Auf den T-Shirts der Demonstranten vor einer großen Uniklinik war "Kranke Schwester" zu lesen. Die Statistiken zeigen: Pflegende gehören zu den Berufsgruppen mit den meisten Arbeitsunfähigkeitstagen wegen psychischer Erkrankungen.
Kein Wunder, wenn man bedenkt, was von den Krankenschwestern erwartet wird: Zwei Drittel müssen schwerer heben als ein Bauarbeiter, drei Viertel absolvieren Schichtdienst, viele haben ein Überstundenkonto, das sie gar nicht mehr abbauen können – ganz zu schweigen von der hohen psychischen und physischen Belastung. Denn die "Minutenpflege" gibt vor: schnell waschen, anziehen, die Gabe der Tabletten überwachen, wenige Worte wechseln und zum nächsten Patient.
Altenpflegerinnen fallen für mehr als 25 Tage aus
Der oft als würdelos empfundene Umgang mit Patienten im Krankenhaus findet seine Ursache vor allem in der ökonomisch bedingten Überlastung des Pflegepersonals. Beim Personalschlüssel in der Krankenpflege liegt Deutschland zusammen mit Spanien europaweit an letzter Stelle. In Norwegen teilen sich vier Patienten eine Pflegekraft, in Deutschland sind es zehn.
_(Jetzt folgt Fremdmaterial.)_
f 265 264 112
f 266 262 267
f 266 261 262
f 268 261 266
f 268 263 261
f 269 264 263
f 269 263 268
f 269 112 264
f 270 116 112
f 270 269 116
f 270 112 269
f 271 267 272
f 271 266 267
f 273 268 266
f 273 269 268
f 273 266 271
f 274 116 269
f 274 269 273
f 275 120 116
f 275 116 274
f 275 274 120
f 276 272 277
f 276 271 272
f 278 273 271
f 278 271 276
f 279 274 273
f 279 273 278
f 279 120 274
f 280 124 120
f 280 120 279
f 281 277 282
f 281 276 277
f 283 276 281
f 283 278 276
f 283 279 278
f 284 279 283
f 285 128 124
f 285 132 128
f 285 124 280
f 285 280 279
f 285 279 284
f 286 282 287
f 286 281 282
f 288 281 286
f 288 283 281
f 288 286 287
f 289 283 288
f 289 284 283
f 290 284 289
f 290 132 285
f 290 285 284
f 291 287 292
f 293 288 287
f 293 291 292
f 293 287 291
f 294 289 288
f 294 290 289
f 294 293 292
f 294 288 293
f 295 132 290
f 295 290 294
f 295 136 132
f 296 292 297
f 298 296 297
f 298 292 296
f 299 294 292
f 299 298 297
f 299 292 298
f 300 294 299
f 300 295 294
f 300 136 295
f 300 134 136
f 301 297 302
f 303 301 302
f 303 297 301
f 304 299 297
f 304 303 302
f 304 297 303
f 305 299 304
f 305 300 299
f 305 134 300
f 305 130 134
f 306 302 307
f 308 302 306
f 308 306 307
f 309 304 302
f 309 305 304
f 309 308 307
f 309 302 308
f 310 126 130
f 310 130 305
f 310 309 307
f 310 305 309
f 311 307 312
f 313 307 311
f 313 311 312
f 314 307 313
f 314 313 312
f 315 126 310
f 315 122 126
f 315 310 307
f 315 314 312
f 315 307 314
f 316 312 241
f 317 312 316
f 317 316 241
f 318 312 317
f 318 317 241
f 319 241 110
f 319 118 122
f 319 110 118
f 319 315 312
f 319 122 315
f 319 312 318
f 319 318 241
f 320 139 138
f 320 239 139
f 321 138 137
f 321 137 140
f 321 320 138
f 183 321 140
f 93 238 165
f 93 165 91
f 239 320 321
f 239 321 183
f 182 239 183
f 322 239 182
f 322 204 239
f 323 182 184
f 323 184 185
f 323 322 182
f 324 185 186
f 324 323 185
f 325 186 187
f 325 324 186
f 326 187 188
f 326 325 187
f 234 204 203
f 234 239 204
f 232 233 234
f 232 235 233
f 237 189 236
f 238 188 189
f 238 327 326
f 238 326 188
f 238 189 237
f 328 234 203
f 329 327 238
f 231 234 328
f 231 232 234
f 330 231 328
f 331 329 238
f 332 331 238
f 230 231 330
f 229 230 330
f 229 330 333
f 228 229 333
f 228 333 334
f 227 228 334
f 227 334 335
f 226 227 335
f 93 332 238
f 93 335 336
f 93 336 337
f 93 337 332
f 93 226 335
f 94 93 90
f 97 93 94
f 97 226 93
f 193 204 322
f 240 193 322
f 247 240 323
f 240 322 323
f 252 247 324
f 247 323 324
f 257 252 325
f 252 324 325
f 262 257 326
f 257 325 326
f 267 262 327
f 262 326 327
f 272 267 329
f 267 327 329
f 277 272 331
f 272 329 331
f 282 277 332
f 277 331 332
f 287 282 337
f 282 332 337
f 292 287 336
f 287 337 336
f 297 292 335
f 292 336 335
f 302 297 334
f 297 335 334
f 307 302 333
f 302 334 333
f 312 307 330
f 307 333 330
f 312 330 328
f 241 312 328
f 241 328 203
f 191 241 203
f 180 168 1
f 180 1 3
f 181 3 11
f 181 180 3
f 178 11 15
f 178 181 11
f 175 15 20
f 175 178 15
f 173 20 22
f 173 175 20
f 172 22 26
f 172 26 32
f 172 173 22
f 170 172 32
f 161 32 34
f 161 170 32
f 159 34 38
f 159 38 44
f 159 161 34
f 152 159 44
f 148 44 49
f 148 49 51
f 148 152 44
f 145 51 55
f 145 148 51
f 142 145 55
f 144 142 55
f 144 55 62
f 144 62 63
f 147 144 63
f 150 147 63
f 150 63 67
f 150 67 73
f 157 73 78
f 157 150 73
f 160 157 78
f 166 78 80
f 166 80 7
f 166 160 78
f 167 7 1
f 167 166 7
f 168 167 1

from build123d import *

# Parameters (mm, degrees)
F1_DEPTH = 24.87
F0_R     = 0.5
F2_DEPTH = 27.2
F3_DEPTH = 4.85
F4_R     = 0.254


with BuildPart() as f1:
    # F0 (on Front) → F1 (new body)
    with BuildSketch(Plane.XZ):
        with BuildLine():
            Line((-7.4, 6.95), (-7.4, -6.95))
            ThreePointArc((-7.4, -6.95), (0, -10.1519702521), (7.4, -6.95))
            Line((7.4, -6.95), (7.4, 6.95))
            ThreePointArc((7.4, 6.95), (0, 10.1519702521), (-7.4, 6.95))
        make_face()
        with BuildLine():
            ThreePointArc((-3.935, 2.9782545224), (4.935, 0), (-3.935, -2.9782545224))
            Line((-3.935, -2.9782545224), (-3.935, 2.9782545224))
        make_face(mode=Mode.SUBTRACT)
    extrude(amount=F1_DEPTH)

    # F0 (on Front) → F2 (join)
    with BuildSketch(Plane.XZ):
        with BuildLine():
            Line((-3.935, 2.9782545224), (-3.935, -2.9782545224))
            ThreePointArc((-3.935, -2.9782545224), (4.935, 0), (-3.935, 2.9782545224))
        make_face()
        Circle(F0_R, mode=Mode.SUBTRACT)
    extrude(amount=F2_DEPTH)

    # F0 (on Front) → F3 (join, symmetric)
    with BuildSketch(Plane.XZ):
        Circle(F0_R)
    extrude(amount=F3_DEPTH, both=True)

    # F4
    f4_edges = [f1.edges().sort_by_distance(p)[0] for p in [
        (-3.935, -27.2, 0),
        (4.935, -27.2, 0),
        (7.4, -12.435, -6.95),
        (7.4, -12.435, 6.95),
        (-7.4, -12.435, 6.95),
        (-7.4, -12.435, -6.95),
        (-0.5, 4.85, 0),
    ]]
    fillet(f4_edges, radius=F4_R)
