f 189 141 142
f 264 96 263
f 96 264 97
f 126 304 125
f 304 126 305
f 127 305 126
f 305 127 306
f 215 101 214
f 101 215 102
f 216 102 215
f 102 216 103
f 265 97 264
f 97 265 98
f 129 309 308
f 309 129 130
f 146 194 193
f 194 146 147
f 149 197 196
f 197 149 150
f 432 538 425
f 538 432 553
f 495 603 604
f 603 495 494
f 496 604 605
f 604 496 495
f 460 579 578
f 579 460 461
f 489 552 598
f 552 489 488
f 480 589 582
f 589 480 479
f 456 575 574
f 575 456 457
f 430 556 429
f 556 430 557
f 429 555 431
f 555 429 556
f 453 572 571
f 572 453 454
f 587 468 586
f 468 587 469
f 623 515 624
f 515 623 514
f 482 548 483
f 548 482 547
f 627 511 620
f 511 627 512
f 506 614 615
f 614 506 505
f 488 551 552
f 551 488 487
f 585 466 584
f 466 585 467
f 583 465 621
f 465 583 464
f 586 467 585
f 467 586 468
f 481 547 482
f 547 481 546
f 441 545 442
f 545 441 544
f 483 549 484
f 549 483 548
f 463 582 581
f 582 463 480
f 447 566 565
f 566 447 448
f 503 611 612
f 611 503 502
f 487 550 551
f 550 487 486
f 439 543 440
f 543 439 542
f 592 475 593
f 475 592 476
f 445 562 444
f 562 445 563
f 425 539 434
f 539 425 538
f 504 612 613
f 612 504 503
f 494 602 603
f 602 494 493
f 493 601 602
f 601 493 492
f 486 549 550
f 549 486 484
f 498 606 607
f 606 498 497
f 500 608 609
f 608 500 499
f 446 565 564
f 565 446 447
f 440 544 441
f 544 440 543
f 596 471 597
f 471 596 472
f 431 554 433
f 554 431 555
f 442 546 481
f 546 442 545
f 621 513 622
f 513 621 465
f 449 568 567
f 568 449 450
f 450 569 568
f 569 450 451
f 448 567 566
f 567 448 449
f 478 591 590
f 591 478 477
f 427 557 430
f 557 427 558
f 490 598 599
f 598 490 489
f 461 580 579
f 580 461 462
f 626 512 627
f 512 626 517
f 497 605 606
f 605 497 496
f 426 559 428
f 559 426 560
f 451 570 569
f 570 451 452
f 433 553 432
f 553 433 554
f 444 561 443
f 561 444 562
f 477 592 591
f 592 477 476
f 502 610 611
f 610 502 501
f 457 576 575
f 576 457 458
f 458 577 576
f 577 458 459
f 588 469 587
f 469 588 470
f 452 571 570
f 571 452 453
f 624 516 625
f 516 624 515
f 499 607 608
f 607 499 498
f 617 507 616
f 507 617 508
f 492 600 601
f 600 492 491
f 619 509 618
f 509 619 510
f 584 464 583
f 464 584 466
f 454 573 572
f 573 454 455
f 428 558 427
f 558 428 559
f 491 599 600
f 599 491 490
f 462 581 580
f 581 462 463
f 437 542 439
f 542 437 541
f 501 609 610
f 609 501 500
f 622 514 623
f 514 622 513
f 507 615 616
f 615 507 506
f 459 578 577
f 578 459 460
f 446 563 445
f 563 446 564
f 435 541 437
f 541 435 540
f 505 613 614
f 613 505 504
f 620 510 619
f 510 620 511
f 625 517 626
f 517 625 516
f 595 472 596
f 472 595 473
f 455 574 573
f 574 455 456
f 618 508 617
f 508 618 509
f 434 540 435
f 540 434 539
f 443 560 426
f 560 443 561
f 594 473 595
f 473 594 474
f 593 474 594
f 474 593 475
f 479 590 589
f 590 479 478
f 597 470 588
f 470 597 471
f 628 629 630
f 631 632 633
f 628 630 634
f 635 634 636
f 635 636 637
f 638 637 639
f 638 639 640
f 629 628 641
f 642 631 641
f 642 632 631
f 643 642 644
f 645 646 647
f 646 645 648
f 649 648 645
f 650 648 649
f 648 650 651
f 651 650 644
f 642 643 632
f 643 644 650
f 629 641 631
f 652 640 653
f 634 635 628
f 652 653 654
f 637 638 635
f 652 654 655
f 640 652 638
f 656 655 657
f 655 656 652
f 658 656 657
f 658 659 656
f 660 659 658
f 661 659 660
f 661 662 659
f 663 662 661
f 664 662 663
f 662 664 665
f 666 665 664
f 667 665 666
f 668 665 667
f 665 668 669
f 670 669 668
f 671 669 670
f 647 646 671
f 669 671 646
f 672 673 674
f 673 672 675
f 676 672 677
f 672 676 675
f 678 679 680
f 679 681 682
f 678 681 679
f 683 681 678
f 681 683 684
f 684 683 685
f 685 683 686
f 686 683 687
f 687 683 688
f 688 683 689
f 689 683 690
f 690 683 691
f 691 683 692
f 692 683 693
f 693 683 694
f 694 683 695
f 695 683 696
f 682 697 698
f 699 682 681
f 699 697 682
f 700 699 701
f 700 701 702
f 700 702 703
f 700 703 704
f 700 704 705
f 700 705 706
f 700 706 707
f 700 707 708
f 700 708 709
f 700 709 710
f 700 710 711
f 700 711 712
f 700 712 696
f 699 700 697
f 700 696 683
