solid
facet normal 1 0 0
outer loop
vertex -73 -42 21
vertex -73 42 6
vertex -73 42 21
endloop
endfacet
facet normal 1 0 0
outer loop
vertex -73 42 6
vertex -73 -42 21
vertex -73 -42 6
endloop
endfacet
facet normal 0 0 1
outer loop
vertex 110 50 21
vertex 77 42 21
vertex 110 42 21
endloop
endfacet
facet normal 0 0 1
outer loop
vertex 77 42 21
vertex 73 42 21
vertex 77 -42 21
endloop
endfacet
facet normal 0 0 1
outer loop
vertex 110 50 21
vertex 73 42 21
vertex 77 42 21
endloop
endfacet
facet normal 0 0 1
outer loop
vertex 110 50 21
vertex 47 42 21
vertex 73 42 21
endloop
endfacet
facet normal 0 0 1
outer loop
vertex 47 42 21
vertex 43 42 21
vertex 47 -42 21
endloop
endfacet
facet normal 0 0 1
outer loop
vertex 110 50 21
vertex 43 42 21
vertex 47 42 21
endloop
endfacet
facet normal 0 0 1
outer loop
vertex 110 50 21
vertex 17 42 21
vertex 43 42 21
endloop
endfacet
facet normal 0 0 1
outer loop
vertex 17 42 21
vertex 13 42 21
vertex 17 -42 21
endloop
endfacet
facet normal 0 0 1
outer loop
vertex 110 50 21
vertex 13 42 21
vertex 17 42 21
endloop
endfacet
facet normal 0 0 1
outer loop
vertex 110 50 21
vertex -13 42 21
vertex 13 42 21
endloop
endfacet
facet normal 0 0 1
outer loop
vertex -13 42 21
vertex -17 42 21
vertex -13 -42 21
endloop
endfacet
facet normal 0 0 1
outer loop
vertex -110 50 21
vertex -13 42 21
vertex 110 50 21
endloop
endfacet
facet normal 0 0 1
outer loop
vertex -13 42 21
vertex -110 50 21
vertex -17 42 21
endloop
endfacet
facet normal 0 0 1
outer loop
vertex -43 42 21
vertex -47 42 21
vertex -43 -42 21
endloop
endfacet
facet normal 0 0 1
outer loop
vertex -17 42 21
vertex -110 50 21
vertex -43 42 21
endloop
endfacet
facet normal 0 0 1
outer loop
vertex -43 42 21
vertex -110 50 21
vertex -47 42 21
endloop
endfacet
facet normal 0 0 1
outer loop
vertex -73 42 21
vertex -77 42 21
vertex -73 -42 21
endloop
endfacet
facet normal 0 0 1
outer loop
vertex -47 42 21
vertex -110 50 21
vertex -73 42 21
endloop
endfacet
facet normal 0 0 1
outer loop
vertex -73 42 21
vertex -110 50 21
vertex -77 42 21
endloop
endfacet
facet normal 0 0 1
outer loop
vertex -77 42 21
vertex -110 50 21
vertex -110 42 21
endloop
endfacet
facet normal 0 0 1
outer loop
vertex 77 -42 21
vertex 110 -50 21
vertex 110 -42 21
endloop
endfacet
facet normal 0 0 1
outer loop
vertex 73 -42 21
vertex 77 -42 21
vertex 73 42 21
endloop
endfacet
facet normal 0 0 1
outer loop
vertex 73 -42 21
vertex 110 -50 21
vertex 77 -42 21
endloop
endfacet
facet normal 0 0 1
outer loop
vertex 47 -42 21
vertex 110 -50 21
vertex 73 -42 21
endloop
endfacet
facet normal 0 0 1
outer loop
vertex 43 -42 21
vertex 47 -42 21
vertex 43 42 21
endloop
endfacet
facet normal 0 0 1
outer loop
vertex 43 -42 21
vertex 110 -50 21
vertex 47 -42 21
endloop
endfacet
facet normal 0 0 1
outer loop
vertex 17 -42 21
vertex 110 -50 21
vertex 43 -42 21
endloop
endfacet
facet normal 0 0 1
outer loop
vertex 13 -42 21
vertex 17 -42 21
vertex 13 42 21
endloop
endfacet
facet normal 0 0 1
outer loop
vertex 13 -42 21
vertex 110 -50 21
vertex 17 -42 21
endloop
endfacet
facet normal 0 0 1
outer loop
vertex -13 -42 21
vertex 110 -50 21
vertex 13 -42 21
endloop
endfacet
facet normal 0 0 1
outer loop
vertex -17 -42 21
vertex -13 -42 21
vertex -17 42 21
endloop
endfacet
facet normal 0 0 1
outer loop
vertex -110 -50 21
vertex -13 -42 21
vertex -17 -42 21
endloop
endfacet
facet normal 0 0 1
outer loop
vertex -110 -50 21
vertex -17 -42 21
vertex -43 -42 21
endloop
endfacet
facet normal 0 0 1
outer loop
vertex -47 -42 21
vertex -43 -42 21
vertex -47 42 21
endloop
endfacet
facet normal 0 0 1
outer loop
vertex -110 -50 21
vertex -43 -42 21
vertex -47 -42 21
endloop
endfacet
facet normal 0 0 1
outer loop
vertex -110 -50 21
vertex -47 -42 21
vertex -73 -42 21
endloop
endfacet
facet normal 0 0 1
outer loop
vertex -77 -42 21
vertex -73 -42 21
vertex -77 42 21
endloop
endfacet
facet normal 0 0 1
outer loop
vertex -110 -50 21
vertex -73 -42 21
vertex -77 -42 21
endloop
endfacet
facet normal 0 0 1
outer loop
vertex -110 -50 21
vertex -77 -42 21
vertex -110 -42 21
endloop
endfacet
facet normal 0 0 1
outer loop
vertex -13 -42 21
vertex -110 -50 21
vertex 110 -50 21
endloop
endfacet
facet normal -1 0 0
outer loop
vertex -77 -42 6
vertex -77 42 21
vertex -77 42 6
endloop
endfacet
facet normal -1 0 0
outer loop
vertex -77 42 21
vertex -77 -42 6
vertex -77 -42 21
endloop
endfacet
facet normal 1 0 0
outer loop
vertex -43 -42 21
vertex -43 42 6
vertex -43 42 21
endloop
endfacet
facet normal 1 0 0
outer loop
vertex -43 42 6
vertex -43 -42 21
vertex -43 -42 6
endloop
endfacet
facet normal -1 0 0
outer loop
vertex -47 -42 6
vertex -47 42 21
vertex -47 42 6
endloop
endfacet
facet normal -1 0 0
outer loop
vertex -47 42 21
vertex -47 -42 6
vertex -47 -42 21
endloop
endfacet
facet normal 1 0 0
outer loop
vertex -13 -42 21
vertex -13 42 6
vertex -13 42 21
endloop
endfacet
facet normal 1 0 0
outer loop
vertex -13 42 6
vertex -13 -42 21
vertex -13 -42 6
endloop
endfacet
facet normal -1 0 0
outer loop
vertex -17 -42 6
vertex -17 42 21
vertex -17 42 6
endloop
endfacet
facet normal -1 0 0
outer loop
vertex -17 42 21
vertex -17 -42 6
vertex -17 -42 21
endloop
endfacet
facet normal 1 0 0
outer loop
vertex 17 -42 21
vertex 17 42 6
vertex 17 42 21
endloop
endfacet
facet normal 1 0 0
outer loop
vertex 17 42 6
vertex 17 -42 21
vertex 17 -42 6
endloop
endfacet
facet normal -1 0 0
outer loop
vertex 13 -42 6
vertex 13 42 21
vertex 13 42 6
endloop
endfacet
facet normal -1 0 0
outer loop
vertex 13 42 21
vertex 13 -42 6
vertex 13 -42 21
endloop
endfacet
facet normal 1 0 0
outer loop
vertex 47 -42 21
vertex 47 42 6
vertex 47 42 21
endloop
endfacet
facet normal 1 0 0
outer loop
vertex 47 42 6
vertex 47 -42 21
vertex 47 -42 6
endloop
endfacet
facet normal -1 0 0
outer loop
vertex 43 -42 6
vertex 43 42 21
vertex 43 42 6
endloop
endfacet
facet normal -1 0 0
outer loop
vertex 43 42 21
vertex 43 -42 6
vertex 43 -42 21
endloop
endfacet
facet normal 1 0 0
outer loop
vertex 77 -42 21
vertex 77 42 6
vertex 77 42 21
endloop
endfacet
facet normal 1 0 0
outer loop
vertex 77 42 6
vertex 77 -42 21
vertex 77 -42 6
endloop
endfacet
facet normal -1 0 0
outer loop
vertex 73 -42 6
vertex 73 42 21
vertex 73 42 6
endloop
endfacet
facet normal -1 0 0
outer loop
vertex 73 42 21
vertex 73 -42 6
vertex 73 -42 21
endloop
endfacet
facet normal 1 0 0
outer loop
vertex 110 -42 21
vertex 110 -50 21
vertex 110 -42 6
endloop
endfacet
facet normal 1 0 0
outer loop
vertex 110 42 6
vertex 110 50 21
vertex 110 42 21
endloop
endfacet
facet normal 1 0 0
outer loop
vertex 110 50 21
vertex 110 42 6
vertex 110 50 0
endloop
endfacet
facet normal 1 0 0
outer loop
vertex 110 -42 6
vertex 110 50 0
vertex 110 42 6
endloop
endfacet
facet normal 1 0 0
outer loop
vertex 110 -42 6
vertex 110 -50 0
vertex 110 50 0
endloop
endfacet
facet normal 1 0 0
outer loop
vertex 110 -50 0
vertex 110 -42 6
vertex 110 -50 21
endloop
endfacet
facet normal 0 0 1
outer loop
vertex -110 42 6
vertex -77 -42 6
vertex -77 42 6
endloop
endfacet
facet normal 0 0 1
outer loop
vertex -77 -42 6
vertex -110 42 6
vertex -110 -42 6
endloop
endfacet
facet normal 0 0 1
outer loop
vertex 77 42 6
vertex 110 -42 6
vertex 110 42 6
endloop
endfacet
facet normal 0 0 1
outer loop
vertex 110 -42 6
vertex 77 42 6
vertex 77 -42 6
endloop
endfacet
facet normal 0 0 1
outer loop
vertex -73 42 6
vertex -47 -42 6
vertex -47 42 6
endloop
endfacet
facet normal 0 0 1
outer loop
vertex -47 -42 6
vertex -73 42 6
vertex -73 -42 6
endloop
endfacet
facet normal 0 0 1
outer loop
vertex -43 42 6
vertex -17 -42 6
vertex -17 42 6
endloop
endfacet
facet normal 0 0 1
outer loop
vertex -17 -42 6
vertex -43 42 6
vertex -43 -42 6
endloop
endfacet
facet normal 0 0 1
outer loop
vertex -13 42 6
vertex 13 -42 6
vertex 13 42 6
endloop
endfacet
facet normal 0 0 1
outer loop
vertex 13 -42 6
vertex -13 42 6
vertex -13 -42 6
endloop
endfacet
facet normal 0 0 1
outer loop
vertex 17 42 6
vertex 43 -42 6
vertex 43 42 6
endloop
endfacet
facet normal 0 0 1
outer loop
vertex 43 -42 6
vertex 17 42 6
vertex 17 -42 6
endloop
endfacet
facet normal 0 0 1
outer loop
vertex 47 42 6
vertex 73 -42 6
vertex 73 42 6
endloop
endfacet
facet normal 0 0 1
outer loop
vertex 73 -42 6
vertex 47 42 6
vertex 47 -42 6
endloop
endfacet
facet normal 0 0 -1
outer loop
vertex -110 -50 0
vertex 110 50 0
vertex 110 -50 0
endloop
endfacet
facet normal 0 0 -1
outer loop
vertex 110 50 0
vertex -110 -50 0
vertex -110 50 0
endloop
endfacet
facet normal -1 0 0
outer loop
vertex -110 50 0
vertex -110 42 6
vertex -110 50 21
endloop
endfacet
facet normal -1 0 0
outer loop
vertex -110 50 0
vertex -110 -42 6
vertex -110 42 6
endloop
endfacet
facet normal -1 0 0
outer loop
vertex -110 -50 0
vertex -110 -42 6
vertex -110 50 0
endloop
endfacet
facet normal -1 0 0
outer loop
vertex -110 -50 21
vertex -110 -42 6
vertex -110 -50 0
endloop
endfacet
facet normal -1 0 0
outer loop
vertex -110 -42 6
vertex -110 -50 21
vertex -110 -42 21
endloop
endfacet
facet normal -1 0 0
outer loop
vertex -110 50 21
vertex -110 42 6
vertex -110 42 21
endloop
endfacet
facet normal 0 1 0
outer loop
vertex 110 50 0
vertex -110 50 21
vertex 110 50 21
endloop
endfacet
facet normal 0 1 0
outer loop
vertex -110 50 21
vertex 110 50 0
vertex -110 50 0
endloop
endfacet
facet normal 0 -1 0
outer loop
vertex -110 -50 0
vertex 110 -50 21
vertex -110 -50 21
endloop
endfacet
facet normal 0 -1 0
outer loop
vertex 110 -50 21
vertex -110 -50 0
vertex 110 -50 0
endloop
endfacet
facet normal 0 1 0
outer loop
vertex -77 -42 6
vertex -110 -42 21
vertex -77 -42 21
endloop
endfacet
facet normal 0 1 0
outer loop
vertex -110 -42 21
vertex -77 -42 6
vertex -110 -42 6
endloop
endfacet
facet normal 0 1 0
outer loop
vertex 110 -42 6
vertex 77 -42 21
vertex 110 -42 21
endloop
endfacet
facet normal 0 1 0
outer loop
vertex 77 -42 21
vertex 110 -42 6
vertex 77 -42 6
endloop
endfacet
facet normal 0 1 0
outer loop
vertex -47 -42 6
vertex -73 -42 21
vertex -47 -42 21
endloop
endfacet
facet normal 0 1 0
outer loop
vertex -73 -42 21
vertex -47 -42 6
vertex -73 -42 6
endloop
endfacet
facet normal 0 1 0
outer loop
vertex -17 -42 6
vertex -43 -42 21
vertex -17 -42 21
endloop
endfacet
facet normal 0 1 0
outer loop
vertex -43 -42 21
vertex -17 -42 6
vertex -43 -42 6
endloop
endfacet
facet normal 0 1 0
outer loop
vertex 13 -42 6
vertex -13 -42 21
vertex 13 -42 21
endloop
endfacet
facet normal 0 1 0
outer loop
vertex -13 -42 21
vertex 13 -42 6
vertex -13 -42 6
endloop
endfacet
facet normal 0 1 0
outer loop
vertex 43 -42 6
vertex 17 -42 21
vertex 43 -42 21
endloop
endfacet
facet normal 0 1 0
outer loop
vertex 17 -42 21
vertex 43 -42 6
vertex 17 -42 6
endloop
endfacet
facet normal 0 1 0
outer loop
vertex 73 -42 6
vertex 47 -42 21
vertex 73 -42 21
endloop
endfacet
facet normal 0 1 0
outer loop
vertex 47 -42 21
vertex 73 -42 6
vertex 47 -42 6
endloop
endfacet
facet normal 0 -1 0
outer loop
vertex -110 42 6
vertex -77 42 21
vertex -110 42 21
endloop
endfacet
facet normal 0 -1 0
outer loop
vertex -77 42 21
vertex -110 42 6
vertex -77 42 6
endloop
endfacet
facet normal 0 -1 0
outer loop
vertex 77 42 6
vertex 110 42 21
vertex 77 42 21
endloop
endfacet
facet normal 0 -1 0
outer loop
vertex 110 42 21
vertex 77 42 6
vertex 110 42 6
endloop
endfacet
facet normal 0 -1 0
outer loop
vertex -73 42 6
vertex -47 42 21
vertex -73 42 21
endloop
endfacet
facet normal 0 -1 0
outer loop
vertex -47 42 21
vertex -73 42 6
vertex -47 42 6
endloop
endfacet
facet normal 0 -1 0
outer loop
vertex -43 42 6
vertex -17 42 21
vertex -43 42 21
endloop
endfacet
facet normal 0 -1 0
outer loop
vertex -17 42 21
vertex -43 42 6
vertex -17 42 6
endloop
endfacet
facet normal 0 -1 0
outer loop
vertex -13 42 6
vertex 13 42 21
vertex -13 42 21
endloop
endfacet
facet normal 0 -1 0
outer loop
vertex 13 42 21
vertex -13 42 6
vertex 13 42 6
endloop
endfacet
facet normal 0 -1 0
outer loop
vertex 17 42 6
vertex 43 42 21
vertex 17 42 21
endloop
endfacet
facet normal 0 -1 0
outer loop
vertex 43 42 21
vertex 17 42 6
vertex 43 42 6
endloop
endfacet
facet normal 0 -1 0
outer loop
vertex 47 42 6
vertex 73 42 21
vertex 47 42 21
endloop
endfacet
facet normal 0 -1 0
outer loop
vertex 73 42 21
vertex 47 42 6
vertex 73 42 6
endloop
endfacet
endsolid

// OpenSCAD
$fn = 32;

// ----------------------------------------------------------------------
// Rib frame 220 x 100 x 21
// 6 ribs at 30 mm pitch
// ----------------------------------------------------------------------

// --- parameters (mm) ---
frame = [220, 100, 6];  // base plate size (x, y, z)
rail_w = 8;             // side rail width
ribs = 6;               // number of ribs
rib_t = 4;              // rib thickness
rib_h = 15;             // rib height above the base plate
pitch = 30;             // pitch between rib centres

// --- derived feature positions (mm) ---
span = (ribs - 1) * pitch;          // = 150   distance between the outer ribs
origin_x = -span / 2;               // = -75   X of the first rib
rib_len = frame[1] - 2 * rail_w + 2;  // = 86   rib length, 1 mm into each rail
feature_centers = [
  [origin_x + 0 * pitch, 0],
  [origin_x + 1 * pitch, 0],
  [origin_x + 2 * pitch, 0],
  [origin_x + 3 * pitch, 0],
  [origin_x + 4 * pitch, 0],
  [origin_x + 5 * pitch, 0]
];   // rib centre line, drives the rib loop

// base plate, two side rails, then the ribs read straight off feature_centers
union() {
  translate([-frame[0] / 2, -frame[1] / 2, 0]) cube(frame);
  translate([-frame[0] / 2, -frame[1] / 2, 0]) cube([frame[0], rail_w, frame[2] + rib_h]);
  translate([-frame[0] / 2, frame[1] / 2 - rail_w, 0]) cube([frame[0], rail_w, frame[2] + rib_h]);
  for (centre = feature_centers)
    translate([centre[0] - rib_t / 2, centre[1] - rib_len / 2, frame[2] - 1])
      cube([rib_t, rib_len, rib_h + 1]);
}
Abhängig Beschäftigte sind im Schnitt zwölf Tage im Jahr krank, Pflegende 19. Altenpflegerinnen fallen sogar durchschnittlich für mehr als 25 Tage aus – so der Gesundheitsreport der Techniker Krankenkasse. Auch die Fluktuation ist in diesem Beruf überdurchschnittlich hoch.
Wer heute vom drohenden Pflegenotstand spricht, muss sich nicht vorwerfen lassen, den Teufel an die Wand zu malen. Ab 2025 werden die ersten Babyboomer in Rente gehen. Dann wird noch sehr viel mehr Personal für die Pflege gebraucht. Das will vorausschauend geplant und finanziert sein.
Ein viel zu wenig wertgeschätzter Beruf
Die Politik ist gefordert – jetzt! Sie muss Geldmittel umverteilen, um den Personalschlüssel im Interesse der Menschen zu verbessern. Ich selbst habe als junger Arzt in Kiel von einer Krankenschwester das schmerzarme Geben von Spritzen gelernt. Krankenschwester und Krankenpfleger sind leider bis heute ein in der Medizin noch viel zu wenig wertgeschätzter Beruf.